Jamie Badoud (left) and the team during the new Antinori Village groundbreaking. (Photo courtesy of the Hambidge Center)
Jamie Badoud (left) and the team during the new Antinori Village groundbreaking. (Photo courtesy of the Hambidge Center)

“Hambidge is really about nurturing creativity but also removing you from your current life, filled with noise and distractions,” said Jamie Badoud, the center’s executive director of 13 years. “I think COVID has also shown us that it’s important to get out and disrupt those regular rhythms and be nurtured by nature.”

He continued, “You really need two weeks. You’re just starting to scratch the surface of that genius sitting inside of folks, but there are layers that you have to remove, and there’s no better place to do that out in nature.”

Hambidge was founded in 1934 by Mary Hambidge, a creative visionary and a professional whistler. Wherever she went, her pet mockingbird, Jimmy, was often in tow.

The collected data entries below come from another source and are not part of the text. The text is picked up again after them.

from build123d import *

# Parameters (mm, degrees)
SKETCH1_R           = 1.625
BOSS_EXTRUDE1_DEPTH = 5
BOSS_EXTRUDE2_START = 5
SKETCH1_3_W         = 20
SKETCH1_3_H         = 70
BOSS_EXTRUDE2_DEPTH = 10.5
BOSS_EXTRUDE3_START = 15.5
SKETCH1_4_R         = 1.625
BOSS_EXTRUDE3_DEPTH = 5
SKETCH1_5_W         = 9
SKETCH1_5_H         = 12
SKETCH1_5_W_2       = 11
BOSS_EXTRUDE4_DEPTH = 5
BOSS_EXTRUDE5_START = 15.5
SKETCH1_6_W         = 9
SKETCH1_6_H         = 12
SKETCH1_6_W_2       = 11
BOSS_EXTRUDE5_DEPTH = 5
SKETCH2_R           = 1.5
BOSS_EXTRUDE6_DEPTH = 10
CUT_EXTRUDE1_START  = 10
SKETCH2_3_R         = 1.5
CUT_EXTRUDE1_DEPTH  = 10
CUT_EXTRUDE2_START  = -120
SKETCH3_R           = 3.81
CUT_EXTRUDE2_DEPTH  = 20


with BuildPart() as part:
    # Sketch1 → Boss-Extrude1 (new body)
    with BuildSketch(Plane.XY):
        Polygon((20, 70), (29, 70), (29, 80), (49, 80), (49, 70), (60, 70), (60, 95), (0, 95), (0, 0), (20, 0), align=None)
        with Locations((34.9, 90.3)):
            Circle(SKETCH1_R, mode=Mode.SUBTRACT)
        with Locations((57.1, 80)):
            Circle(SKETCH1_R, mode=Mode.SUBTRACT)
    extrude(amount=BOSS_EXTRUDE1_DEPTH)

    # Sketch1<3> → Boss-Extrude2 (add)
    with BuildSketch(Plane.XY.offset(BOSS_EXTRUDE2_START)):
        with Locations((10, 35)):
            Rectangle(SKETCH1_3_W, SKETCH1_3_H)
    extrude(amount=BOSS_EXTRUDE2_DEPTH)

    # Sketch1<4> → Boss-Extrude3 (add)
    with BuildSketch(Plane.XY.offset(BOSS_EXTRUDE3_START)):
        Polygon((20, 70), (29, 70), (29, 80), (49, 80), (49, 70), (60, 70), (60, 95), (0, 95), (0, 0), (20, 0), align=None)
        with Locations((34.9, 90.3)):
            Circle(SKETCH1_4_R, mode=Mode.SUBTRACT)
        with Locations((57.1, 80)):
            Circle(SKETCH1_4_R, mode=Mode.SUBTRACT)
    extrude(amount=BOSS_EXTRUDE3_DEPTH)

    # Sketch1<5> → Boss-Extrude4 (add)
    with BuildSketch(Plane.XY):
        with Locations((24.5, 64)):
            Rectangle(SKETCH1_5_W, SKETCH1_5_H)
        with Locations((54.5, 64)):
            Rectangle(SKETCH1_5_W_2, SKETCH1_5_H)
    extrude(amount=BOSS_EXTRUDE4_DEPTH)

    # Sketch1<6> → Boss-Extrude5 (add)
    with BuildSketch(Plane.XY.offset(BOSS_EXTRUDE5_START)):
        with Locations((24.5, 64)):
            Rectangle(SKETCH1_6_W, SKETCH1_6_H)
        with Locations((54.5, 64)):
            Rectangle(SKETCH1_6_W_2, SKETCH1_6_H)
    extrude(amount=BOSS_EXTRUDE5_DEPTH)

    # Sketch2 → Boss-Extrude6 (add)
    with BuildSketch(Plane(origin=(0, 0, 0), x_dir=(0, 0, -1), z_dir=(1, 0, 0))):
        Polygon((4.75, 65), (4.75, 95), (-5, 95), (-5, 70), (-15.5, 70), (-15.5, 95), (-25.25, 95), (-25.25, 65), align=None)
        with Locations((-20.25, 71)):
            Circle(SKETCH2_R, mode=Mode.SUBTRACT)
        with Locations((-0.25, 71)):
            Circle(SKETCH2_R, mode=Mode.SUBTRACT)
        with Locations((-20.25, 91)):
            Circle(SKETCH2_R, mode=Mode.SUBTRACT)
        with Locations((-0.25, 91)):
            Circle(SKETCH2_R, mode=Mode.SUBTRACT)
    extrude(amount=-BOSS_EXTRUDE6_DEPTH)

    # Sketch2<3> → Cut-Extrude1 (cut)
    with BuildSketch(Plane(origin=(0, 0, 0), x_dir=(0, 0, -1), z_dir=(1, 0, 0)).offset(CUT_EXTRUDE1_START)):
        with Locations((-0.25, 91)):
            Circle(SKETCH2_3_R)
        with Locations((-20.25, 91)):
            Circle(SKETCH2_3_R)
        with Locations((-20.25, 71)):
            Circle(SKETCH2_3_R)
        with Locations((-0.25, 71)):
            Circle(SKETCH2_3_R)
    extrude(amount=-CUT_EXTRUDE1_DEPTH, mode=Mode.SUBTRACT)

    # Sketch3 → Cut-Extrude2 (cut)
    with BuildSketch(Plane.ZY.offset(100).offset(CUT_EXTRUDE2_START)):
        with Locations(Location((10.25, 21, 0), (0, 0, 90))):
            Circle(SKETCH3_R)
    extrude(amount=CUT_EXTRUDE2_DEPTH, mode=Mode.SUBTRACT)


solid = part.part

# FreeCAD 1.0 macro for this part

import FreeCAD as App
import Part
import Sketcher

V = App.Vector

doc = App.newDocument("Part")
params = doc.addObject("Spreadsheet::Sheet", "Params")
for row, (alias, value) in enumerate([
    ("sketch1_diameter", "3.25 mm"),
    ("sketch1_width", "9 mm"),
    ("sketch1_width2", "20 mm"),
    ("sketch1_width3", "11 mm"),
    ("sketch1_height", "10 mm"),
    ("pad1_length", "5 mm"),
    ("sketch2_width", "20 mm"),
    ("sketch2_height", "70 mm"),
    ("pad2_length", "10.5 mm"),
    ("sketch3_diameter", "3.25 mm"),
    ("sketch3_width", "9 mm"),
    ("sketch3_width2", "20 mm"),
    ("sketch3_width3", "11 mm"),
    ("sketch3_height", "10 mm"),
    ("pad3_length", "5 mm"),
    ("sketch4_width", "9 mm"),
    ("sketch4_width2", "11 mm"),
    ("sketch4_height", "12 mm"),
    ("pad4_length", "5 mm"),
    ("sketch5_width", "9 mm"),
    ("sketch5_width2", "11 mm"),
    ("sketch5_height", "12 mm"),
    ("pad5_length", "5 mm"),
    ("sketch6_diameter", "3 mm"),
    ("sketch6_width", "30 mm"),
    ("sketch6_width2", "25 mm"),
    ("sketch6_height", "10.5 mm"),
    ("pad6_length", "10 mm"),
    ("sketch7_diameter", "3 mm"),
    ("pocket1_length", "10 mm"),
    ("sketch8_diameter", "7.62 mm"),
    ("pocket2_length", "20 mm"),
], start=1):
    params.set(f"A{row}", alias)
    params.set(f"B{row}", "=" + value)
    params.setAlias(f"B{row}", alias)

body = doc.addObject("PartDesign::Body", "Body")

# Sketch on XY plane
sketch1 = body.newObject("Sketcher::SketchObject", "Sketch")
sketch1.AttachmentSupport = (doc.getObject("XY_Plane"), [""])
sketch1.MapMode = "FlatFace"
sketch1.addGeometry([
    Part.LineSegment(V(20, 70, 0), V(29, 70, 0)),  # 0
    Part.LineSegment(V(29, 70, 0), V(29, 80, 0)),  # 1
    Part.LineSegment(V(29, 80, 0), V(49, 80, 0)),  # 2
    Part.LineSegment(V(49, 80, 0), V(49, 70, 0)),  # 3
    Part.LineSegment(V(49, 70, 0), V(60, 70, 0)),  # 4
    Part.LineSegment(V(60, 70, 0), V(60, 95, 0)),  # 5
    Part.LineSegment(V(60, 95, 0), V(0, 95, 0)),  # 6
    Part.LineSegment(V(0, 95, 0), V(0, 0, 0)),  # 7
    Part.LineSegment(V(0, 0, 0), V(20, 0, 0)),  # 8
    Part.LineSegment(V(20, 0, 0), V(20, 70, 0)),  # 9
    Part.Circle(V(57.1, 80, 0), V(0, 0, 1), 1.625),  # 10
    Part.Circle(V(34.9, 90.3, 0), V(0, 0, 1), 1.625),  # 11
], False)
sketch1.addConstraint([
    Sketcher.Constraint("Coincident", 0, 2, 1, 1),
    Sketcher.Constraint("Coincident", 1, 2, 2, 1),
    Sketcher.Constraint("Coincident", 2, 2, 3, 1),
    Sketcher.Constraint("Coincident", 3, 2, 4, 1),
    Sketcher.Constraint("Coincident", 4, 2, 5, 1),
    Sketcher.Constraint("Coincident", 5, 2, 6, 1),
    Sketcher.Constraint("Coincident", 6, 2, 7, 1),
    Sketcher.Constraint("Coincident", 7, 2, 8, 1),
    Sketcher.Constraint("Coincident", 8, 2, 9, 1),
    Sketcher.Constraint("Coincident", 9, 2, 0, 1),
    Sketcher.Constraint("Horizontal", 0),
    Sketcher.Constraint("Vertical", 1),
    Sketcher.Constraint("Horizontal", 2),
    Sketcher.Constraint("Vertical", 3),
    Sketcher.Constraint("Horizontal", 4),
    Sketcher.Constraint("Vertical", 5),
    Sketcher.Constraint("Horizontal", 6),
    Sketcher.Constraint("Vertical", 7),
    Sketcher.Constraint("Horizontal", 8),
    Sketcher.Constraint("Vertical", 9),
    Sketcher.Constraint("Coincident", 7, 2, -1, 1),
    Sketcher.Constraint("Equal", 10, 11),
    Sketcher.Constraint("Horizontal", 10, 3, 1, 2),
    Sketcher.Constraint("Horizontal", 0, 2, 3, 2),
    Sketcher.Constraint("Equal", 2, 8),
    Sketcher.Constraint("Diameter", 10, 3.25),
    Sketcher.Constraint("DistanceX", 0, 1, 0, 2, 9.0),
    Sketcher.Constraint("DistanceX", 2, 1, 2, 2, 20.0),
    Sketcher.Constraint("DistanceX", 4, 1, 4, 2, 11.0),
    Sketcher.Constraint("DistanceY", 1, 1, 1, 2, 10.0),
    Sketcher.Constraint("DistanceY", 5, 1, 5, 2, 25.0),
    Sketcher.Constraint("DistanceY", 7, 2, 7, 1, 95.0),
    Sketcher.Constraint("DistanceX", -1, 1, 10, 3, 57.1),
    Sketcher.Constraint("DistanceX", -1, 1, 11, 3, 34.9),
    Sketcher.Constraint("DistanceY", -1, 1, 11, 3, 90.3),
])
sketch1.setExpression("Constraints[25]", "Params.sketch1_diameter")
sketch1.setExpression("Constraints[26]", "Params.sketch1_width")
sketch1.setExpression("Constraints[27]", "Params.sketch1_width2")
sketch1.setExpression("Constraints[28]", "Params.sketch1_width3")
sketch1.setExpression("Constraints[29]", "Params.sketch1_height")
pad1 = body.newObject("PartDesign::Pad", "Pad")
pad1.Profile = sketch1
pad1.setExpression("Length", "Params.pad1_length")

# Sketch on XY plane
sketch2 = body.newObject("Sketcher::SketchObject", "Sketch001")
sketch2.AttachmentSupport = (doc.getObject("XY_Plane"), [""])
sketch2.MapMode = "FlatFace"
sketch2.AttachmentOffset = App.Placement(V(0, 0, 5), App.Rotation())
sketch2.addGeometry([
    Part.LineSegment(V(0, 70, 0), V(0, 0, 0)),
    Part.LineSegment(V(0, 0, 0), V(20, 0, 0)),
    Part.LineSegment(V(20, 0, 0), V(20, 70, 0)),
    Part.LineSegment(V(20, 70, 0), V(0, 70, 0)),
], False)
sketch2.addConstraint([
    Sketcher.Constraint("Coincident", 0, 2, 1, 1),
    Sketcher.Constraint("Coincident", 1, 2, 2, 1),
    Sketcher.Constraint("Coincident", 2, 2, 3, 1),
    Sketcher.Constraint("Coincident", 3, 2, 0, 1),
    Sketcher.Constraint("Vertical", 0),
    Sketcher.Constraint("Horizontal", 1),
    Sketcher.Constraint("Vertical", 2),
    Sketcher.Constraint("Horizontal", 3),
    Sketcher.Constraint("Coincident", 0, 2, -1, 1),
    Sketcher.Constraint("DistanceX", 1, 1, 1, 2, 20.0),
    Sketcher.Constraint("DistanceY", 0, 2, 0, 1, 70.0),
])
sketch2.setExpression("Constraints[9]", "Params.sketch2_width")
sketch2.setExpression("Constraints[10]", "Params.sketch2_height")
pad2 = body.newObject("PartDesign::Pad", "Pad001")
pad2.Profile = sketch2
pad2.setExpression("Length", "Params.pad2_length")

# Sketch on XY plane
sketch3 = body.newObject("Sketcher::SketchObject", "Sketch002")
sketch3.AttachmentSupport = (doc.getObject("XY_Plane"), [""])
sketch3.MapMode = "FlatFace"
sketch3.AttachmentOffset = App.Placement(V(0, 0, 15.5), App.Rotation())
sketch3.addGeometry([
    Part.LineSegment(V(20, 70, 0), V(29, 70, 0)),  # 0
    Part.LineSegment(V(29, 70, 0), V(29, 80, 0)),  # 1
    Part.LineSegment(V(29, 80, 0), V(49, 80, 0)),  # 2
    Part.LineSegment(V(49, 80, 0), V(49, 70, 0)),  # 3
    Part.LineSegment(V(49, 70, 0), V(60, 70, 0)),  # 4
    Part.LineSegment(V(60, 70, 0), V(60, 95, 0)),  # 5
    Part.LineSegment(V(60, 95, 0), V(0, 95, 0)),  # 6
    Part.LineSegment(V(0, 95, 0), V(0, 0, 0)),  # 7
    Part.LineSegment(V(0, 0, 0), V(20, 0, 0)),  # 8
    Part.LineSegment(V(20, 0, 0), V(20, 70, 0)),  # 9
    Part.Circle(V(57.1, 80, 0), V(0, 0, 1), 1.625),  # 10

She initially turned the land into a sustainable farm and artist retreat, where she employed local women to create intricate weavings that would later be featured in the Smithsonian and MOMA. She believed that creativity is best nurtured in nature — a founding principle that is still upheld today. 

Today, each artist is given a private studio to work and live in with no required workshops or critiques — it’s the artists’ time to rejuvenate, experiment and create. 

No cell service, limited Wi-Fi — Hambidge’s historic campus nurtures a slower way of live. (Photo courtesy of the Hambidge Center)
No cell service, limited Wi-Fi — Hambidge’s historic campus nurtures a slower way of live. (Photo courtesy of the Hambidge Center)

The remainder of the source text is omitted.